# [What to produce]
Go to the line in the entries below that holds "f 356 312 355" and repeat exactly from there through the line that holds "f 387 386 385", inclusive.

[Collected data entries]
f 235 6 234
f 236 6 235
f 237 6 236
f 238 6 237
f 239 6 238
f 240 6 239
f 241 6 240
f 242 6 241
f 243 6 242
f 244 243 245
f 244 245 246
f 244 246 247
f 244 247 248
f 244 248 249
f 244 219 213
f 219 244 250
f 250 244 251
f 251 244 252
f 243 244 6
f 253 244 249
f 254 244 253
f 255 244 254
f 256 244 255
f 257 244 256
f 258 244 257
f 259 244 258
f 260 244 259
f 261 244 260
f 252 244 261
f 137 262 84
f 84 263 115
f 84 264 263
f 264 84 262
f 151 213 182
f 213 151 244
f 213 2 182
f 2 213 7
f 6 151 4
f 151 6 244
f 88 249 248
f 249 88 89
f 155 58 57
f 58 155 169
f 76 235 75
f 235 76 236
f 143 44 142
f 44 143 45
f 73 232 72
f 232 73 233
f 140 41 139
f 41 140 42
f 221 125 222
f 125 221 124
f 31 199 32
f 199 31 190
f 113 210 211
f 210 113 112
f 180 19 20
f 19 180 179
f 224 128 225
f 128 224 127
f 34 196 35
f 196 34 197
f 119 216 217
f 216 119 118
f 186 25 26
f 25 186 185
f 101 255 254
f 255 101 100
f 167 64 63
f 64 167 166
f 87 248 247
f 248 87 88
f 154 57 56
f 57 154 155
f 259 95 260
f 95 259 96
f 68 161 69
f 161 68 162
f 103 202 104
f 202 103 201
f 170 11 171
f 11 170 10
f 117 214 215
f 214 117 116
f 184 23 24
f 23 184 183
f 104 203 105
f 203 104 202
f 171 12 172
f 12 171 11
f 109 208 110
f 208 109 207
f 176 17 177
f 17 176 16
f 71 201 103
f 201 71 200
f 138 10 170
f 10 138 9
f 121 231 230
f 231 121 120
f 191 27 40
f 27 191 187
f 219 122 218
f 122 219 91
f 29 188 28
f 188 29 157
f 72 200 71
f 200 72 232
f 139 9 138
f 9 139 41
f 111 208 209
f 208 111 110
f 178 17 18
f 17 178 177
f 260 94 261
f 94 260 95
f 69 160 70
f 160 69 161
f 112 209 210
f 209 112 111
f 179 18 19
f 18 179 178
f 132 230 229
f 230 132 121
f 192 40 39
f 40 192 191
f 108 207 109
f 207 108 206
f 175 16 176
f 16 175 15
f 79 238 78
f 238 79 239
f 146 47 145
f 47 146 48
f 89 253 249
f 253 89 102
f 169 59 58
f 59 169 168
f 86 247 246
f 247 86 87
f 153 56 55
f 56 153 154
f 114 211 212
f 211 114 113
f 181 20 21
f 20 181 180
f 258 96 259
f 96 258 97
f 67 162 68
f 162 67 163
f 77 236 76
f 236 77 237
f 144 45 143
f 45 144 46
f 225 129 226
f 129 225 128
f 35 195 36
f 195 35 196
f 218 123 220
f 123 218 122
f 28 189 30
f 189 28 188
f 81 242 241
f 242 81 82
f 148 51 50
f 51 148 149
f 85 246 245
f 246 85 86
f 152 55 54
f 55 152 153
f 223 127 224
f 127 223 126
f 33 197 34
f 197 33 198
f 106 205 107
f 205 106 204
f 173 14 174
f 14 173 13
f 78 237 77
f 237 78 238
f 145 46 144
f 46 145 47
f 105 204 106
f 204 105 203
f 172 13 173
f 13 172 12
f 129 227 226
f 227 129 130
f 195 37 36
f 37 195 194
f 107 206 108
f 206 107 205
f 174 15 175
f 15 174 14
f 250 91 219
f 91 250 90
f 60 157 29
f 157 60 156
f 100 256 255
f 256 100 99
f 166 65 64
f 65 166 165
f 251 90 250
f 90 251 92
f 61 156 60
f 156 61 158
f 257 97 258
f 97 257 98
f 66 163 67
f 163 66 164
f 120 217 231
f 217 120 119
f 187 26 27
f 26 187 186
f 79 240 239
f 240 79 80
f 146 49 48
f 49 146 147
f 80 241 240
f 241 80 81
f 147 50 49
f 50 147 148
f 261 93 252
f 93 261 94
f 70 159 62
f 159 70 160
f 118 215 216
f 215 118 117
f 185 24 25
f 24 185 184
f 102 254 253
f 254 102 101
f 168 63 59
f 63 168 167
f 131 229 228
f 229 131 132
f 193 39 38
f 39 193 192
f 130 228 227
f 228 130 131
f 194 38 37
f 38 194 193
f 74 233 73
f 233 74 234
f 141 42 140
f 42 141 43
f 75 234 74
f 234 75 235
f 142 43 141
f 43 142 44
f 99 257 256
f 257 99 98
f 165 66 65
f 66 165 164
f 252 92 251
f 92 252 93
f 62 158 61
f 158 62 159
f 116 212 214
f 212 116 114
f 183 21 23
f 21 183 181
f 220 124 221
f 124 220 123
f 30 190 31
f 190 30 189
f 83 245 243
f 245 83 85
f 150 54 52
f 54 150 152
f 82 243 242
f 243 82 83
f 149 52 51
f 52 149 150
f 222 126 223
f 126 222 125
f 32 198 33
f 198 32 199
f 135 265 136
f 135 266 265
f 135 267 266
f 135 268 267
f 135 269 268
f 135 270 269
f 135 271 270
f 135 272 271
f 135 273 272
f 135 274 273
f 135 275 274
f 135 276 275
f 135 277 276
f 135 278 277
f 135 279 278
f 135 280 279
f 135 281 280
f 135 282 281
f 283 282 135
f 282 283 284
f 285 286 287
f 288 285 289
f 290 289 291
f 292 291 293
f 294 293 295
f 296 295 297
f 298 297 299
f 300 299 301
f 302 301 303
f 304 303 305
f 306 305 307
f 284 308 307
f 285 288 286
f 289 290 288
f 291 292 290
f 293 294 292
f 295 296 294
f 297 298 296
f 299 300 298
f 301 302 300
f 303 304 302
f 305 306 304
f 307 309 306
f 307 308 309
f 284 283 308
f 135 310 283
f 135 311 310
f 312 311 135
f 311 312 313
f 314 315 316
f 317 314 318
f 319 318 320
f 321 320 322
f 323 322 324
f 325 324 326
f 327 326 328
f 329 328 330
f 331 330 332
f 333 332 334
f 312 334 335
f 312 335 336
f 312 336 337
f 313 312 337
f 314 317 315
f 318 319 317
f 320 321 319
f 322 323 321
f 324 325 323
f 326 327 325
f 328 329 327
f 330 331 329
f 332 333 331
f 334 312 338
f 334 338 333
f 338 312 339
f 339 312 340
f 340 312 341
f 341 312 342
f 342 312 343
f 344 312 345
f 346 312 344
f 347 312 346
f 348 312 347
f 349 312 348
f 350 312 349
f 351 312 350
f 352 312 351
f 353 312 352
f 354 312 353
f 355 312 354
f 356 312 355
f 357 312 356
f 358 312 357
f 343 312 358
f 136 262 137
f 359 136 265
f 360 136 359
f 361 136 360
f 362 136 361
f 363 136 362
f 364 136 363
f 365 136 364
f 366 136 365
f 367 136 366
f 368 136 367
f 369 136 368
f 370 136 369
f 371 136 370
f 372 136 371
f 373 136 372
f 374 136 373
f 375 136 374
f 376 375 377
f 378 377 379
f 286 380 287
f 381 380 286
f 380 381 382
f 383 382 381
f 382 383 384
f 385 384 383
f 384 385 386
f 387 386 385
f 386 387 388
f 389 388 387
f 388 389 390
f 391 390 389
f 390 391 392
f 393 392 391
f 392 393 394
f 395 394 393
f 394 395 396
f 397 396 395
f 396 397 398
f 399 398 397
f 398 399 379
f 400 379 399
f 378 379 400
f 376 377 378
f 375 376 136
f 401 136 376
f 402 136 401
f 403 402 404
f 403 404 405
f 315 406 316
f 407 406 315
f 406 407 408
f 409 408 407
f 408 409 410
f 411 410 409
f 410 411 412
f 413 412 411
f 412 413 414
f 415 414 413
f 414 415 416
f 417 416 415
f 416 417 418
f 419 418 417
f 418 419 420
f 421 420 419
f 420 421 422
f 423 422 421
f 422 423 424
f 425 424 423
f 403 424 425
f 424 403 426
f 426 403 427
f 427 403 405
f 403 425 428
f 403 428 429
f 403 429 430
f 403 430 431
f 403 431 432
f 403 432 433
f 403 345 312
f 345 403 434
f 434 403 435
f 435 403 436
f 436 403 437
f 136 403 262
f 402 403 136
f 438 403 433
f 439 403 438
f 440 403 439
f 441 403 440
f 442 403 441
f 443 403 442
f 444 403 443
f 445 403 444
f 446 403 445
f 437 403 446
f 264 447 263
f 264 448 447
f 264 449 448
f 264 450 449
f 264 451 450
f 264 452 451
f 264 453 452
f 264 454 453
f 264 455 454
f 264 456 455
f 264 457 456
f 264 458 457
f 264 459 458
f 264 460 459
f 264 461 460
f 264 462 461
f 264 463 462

# [Answer]
f 356 312 355
f 357 312 356
f 358 312 357
f 343 312 358
f 136 262 137
f 359 136 265
f 360 136 359
f 361 136 360
f 362 136 361
f 363 136 362
f 364 136 363
f 365 136 364
f 366 136 365
f 367 136 366
f 368 136 367
f 369 136 368
f 370 136 369
f 371 136 370
f 372 136 371
f 373 136 372
f 374 136 373
f 375 136 374
f 376 375 377
f 378 377 379
f 286 380 287
f 381 380 286
f 380 381 382
f 383 382 381
f 382 383 384
f 385 384 383
f 384 385 386
f 387 386 385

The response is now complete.